> Dataset excerpts:
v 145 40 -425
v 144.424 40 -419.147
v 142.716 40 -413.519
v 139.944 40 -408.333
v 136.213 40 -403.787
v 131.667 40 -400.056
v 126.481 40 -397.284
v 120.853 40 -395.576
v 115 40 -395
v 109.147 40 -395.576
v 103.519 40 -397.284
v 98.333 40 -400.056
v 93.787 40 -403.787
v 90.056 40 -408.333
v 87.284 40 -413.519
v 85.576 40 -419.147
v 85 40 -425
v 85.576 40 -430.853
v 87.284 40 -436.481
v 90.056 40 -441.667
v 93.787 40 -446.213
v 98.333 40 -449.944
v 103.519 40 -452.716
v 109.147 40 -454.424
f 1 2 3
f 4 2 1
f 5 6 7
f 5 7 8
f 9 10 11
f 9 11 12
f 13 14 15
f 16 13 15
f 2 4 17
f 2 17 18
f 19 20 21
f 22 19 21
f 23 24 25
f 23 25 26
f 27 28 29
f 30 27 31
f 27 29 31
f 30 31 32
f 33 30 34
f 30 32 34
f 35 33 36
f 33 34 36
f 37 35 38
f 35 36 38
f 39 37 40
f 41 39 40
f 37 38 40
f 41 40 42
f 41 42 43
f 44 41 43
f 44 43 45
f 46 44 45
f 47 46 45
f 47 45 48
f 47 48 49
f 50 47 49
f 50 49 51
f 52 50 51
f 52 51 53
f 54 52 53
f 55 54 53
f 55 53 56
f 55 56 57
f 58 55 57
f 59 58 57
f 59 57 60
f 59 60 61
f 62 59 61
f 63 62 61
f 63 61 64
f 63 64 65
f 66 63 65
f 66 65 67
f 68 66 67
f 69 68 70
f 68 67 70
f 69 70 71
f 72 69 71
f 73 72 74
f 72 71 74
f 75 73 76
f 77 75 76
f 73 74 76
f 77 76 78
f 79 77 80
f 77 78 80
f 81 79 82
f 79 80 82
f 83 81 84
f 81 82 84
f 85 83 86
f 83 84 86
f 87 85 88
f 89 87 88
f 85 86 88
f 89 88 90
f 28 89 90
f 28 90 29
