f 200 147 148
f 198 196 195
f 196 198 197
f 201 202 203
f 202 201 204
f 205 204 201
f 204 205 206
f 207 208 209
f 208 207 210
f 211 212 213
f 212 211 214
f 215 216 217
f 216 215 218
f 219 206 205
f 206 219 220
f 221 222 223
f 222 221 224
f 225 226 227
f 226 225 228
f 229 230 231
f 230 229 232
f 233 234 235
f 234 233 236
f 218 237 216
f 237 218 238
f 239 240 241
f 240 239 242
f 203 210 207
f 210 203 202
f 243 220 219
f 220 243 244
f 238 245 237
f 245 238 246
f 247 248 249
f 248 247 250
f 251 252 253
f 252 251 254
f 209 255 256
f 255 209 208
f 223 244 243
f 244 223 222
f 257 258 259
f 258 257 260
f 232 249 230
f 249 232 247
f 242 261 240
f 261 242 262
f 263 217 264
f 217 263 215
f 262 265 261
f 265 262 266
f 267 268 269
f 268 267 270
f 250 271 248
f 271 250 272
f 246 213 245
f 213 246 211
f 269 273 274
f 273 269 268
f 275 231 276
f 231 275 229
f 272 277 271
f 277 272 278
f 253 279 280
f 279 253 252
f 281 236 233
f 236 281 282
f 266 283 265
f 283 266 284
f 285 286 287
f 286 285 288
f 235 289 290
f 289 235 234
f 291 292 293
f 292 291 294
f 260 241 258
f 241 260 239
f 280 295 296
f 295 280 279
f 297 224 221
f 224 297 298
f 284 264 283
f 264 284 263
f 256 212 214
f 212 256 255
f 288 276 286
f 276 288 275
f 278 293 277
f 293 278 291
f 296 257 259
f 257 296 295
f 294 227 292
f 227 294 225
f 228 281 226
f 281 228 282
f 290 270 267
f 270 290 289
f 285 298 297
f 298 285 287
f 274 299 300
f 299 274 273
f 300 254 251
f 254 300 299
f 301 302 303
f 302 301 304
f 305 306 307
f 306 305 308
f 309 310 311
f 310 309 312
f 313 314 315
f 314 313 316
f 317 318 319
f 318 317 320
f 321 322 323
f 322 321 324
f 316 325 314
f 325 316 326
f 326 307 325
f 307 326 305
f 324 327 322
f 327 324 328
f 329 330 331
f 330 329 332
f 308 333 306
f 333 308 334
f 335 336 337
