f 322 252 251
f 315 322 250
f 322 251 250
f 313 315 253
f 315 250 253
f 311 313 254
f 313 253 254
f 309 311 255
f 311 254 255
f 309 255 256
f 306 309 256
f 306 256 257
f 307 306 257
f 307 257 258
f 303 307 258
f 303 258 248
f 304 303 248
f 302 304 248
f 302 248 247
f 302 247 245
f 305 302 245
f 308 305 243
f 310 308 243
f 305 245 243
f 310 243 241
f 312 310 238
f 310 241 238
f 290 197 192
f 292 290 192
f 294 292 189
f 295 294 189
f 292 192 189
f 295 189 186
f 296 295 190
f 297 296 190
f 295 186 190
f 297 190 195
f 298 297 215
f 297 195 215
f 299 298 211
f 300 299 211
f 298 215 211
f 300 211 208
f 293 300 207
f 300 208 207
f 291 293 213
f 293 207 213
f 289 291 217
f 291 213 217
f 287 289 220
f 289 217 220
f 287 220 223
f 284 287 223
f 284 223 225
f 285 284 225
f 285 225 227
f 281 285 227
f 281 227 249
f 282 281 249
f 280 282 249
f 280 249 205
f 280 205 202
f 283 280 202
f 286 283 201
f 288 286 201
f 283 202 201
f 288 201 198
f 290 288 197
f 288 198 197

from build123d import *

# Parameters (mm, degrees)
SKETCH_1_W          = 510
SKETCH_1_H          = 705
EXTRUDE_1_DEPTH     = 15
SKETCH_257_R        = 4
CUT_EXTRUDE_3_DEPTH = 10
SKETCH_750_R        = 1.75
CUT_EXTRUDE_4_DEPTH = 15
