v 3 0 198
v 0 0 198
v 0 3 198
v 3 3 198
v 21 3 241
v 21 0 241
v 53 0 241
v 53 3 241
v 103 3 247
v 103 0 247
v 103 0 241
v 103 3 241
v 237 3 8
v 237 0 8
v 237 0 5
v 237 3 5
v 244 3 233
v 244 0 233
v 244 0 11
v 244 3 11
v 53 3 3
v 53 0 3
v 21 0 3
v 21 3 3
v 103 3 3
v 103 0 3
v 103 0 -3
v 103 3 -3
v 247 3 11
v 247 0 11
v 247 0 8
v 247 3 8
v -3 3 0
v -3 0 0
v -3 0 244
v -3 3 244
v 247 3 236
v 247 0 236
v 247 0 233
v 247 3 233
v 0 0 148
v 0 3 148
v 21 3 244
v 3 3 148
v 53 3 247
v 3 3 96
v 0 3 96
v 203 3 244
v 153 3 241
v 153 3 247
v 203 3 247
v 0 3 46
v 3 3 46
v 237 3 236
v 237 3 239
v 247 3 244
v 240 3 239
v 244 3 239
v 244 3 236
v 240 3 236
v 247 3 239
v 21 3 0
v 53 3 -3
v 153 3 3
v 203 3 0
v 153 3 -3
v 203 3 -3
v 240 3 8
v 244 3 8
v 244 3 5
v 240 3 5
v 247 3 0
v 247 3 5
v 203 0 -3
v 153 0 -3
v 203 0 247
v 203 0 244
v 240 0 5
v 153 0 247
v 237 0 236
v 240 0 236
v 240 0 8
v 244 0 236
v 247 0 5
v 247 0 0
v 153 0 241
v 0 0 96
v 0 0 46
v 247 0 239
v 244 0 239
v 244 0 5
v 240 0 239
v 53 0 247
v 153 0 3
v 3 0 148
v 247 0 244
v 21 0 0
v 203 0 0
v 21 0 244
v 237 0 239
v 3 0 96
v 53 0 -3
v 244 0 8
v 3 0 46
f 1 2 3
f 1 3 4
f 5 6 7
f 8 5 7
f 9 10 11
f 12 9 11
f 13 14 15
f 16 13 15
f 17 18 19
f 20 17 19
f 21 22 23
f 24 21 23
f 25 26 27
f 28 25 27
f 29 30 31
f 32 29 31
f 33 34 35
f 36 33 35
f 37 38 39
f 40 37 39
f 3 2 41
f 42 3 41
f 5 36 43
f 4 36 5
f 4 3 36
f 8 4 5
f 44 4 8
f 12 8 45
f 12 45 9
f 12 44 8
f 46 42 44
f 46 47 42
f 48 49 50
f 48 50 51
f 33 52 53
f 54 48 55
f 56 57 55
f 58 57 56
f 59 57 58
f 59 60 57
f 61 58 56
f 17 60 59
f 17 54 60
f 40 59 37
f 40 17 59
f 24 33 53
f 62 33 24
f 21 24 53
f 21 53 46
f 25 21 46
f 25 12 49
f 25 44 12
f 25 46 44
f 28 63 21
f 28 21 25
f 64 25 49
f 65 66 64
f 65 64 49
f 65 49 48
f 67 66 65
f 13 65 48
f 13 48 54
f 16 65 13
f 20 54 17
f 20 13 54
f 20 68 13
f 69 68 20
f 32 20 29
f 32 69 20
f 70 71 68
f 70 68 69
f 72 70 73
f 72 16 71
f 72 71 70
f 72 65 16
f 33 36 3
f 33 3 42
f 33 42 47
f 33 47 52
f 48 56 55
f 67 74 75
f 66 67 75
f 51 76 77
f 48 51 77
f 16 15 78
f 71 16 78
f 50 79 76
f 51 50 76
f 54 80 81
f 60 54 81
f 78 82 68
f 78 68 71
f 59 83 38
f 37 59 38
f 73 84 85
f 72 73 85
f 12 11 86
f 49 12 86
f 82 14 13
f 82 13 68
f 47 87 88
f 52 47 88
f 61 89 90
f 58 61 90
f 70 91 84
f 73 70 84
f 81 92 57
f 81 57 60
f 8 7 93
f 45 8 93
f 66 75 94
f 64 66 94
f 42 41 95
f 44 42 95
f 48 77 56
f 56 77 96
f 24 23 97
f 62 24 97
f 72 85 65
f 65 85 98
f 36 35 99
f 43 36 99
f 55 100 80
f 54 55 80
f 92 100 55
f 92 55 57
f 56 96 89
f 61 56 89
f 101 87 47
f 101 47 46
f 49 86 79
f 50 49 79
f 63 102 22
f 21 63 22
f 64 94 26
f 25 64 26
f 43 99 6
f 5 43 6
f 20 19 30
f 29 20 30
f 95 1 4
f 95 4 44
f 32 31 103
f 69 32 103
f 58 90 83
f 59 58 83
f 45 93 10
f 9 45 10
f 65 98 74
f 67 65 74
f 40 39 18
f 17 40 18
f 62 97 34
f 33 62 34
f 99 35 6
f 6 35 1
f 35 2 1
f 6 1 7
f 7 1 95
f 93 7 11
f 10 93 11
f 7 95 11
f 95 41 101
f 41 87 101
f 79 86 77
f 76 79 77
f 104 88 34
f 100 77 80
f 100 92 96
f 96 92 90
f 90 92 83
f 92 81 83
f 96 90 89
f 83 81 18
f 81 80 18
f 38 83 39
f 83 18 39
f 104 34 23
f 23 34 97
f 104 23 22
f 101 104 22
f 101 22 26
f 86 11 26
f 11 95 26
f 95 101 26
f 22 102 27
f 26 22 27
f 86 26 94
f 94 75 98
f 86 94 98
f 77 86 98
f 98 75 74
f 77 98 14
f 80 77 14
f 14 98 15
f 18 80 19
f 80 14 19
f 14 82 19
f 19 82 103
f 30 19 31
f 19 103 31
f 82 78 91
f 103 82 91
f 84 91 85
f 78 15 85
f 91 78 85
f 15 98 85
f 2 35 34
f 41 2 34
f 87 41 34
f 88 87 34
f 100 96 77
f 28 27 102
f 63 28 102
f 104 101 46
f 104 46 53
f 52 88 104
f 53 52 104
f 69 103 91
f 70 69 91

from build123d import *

# Parameters (mm, degrees)
SKETCH1_W           = 3
SKETCH1_H           = 50
SKETCH1_H_2         = 3
BOSS_EXTRUDE1_DEPTH = 3


with BuildPart() as part:
    # Sketch1 → Boss-Extrude1 (new body)
    with BuildSketch(Plane(origin=(0, 0, 0), x_dir=(1, 0, 0), z_dir=(0, 1, 0))):
        Polygon((247, -244), (247, -239), (244, -239), (244, -236), (247, -236), (247, -233), (244, -233), (244, -11), (247, -11), (247, -8), (244, -8), (244, -5), (247, -5), (247, 0), (203, 0), (203, 3), (153, 3), (153, -3), (103, -3), (103, 3), (53, 3), (53, -3), (21, -3), (21, 0), (0, 0), (-3, 0), (-3, -244), (0, -244), (21, -244), (21, -241), (53, -241), (53, -247), (103, -247), (103, -241), (153, -241), (153, -247), (203, -247), (203, -244), align=None)
        with Locations((1.5, -173)):
            Rectangle(SKETCH1_W, SKETCH1_H, mode=Mode.SUBTRACT)
        with Locations((238.5, -6.5)):
            Rectangle(SKETCH1_W, SKETCH1_H_2, mode=Mode.SUBTRACT)
        with Locations((1.5, -71)):
            Rectangle(SKETCH1_W, SKETCH1_H, mode=Mode.SUBTRACT)
        with Locations((238.5, -237.5)):
            Rectangle(SKETCH1_W, SKETCH1_H_2, mode=Mode.SUBTRACT)
    extrude(amount=BOSS_EXTRUDE1_DEPTH)


solid = part.part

> Exercise:
Please transcribe, exactly and with nothing added, the lines from the first line of the material above through the line that contains "f 225 226 227".

> Answer for the task:
v 145 40 -425
v 144.424 40 -419.147
v 142.716 40 -413.519
v 139.944 40 -408.333
v 136.213 40 -403.787
v 131.667 40 -400.056
v 126.481 40 -397.284
v 120.853 40 -395.576
v 115 40 -395
v 109.147 40 -395.576
v 103.519 40 -397.284
v 98.333 40 -400.056
v 93.787 40 -403.787
v 90.056 40 -408.333
v 87.284 40 -413.519
v 85.576 40 -419.147
v 85 40 -425
v 85.576 40 -430.853
v 87.284 40 -436.481
v 90.056 40 -441.667
v 93.787 40 -446.213
v 98.333 40 -449.944
v 103.519 40 -452.716
v 109.147 40 -454.424
f 1 2 3
f 4 2 1
f 5 6 7
f 5 7 8
f 9 10 11
f 9 11 12
f 13 14 15
f 16 13 15
f 2 4 17
f 2 17 18
f 19 20 21
f 22 19 21
f 23 24 25
f 23 25 26
f 27 28 29
f 30 27 31
f 27 29 31
f 30 31 32
f 33 30 34
f 30 32 34
f 35 33 36
f 33 34 36
f 37 35 38
f 35 36 38
f 39 37 40
f 41 39 40
f 37 38 40
f 41 40 42
f 41 42 43
f 44 41 43
f 44 43 45
f 46 44 45
f 47 46 45
f 47 45 48
f 47 48 49
f 50 47 49
f 50 49 51
f 52 50 51
f 52 51 53
f 54 52 53
f 55 54 53
f 55 53 56
f 55 56 57
f 58 55 57
f 59 58 57
f 59 57 60
f 59 60 61
f 62 59 61
f 63 62 61
f 63 61 64
f 63 64 65
f 66 63 65
f 66 65 67
f 68 66 67
f 69 68 70
f 68 67 70
f 69 70 71
f 72 69 71
f 73 72 74
f 72 71 74
f 75 73 76
f 77 75 76
f 73 74 76
f 77 76 78
f 79 77 80
f 77 78 80
f 81 79 82
f 79 80 82
f 83 81 84
f 81 82 84
f 85 83 86
f 83 84 86
f 87 85 88
f 89 87 88
f 85 86 88
f 89 88 90
f 28 89 90
f 28 90 29
f 200 147 148
f 198 196 195
f 196 198 197
f 201 202 203
f 202 201 204
f 205 204 201
f 204 205 206
f 207 208 209
f 208 207 210
f 211 212 213
f 212 211 214
f 215 216 217
f 216 215 218
f 219 206 205
f 206 219 220
f 221 222 223
f 222 221 224
f 225 226 227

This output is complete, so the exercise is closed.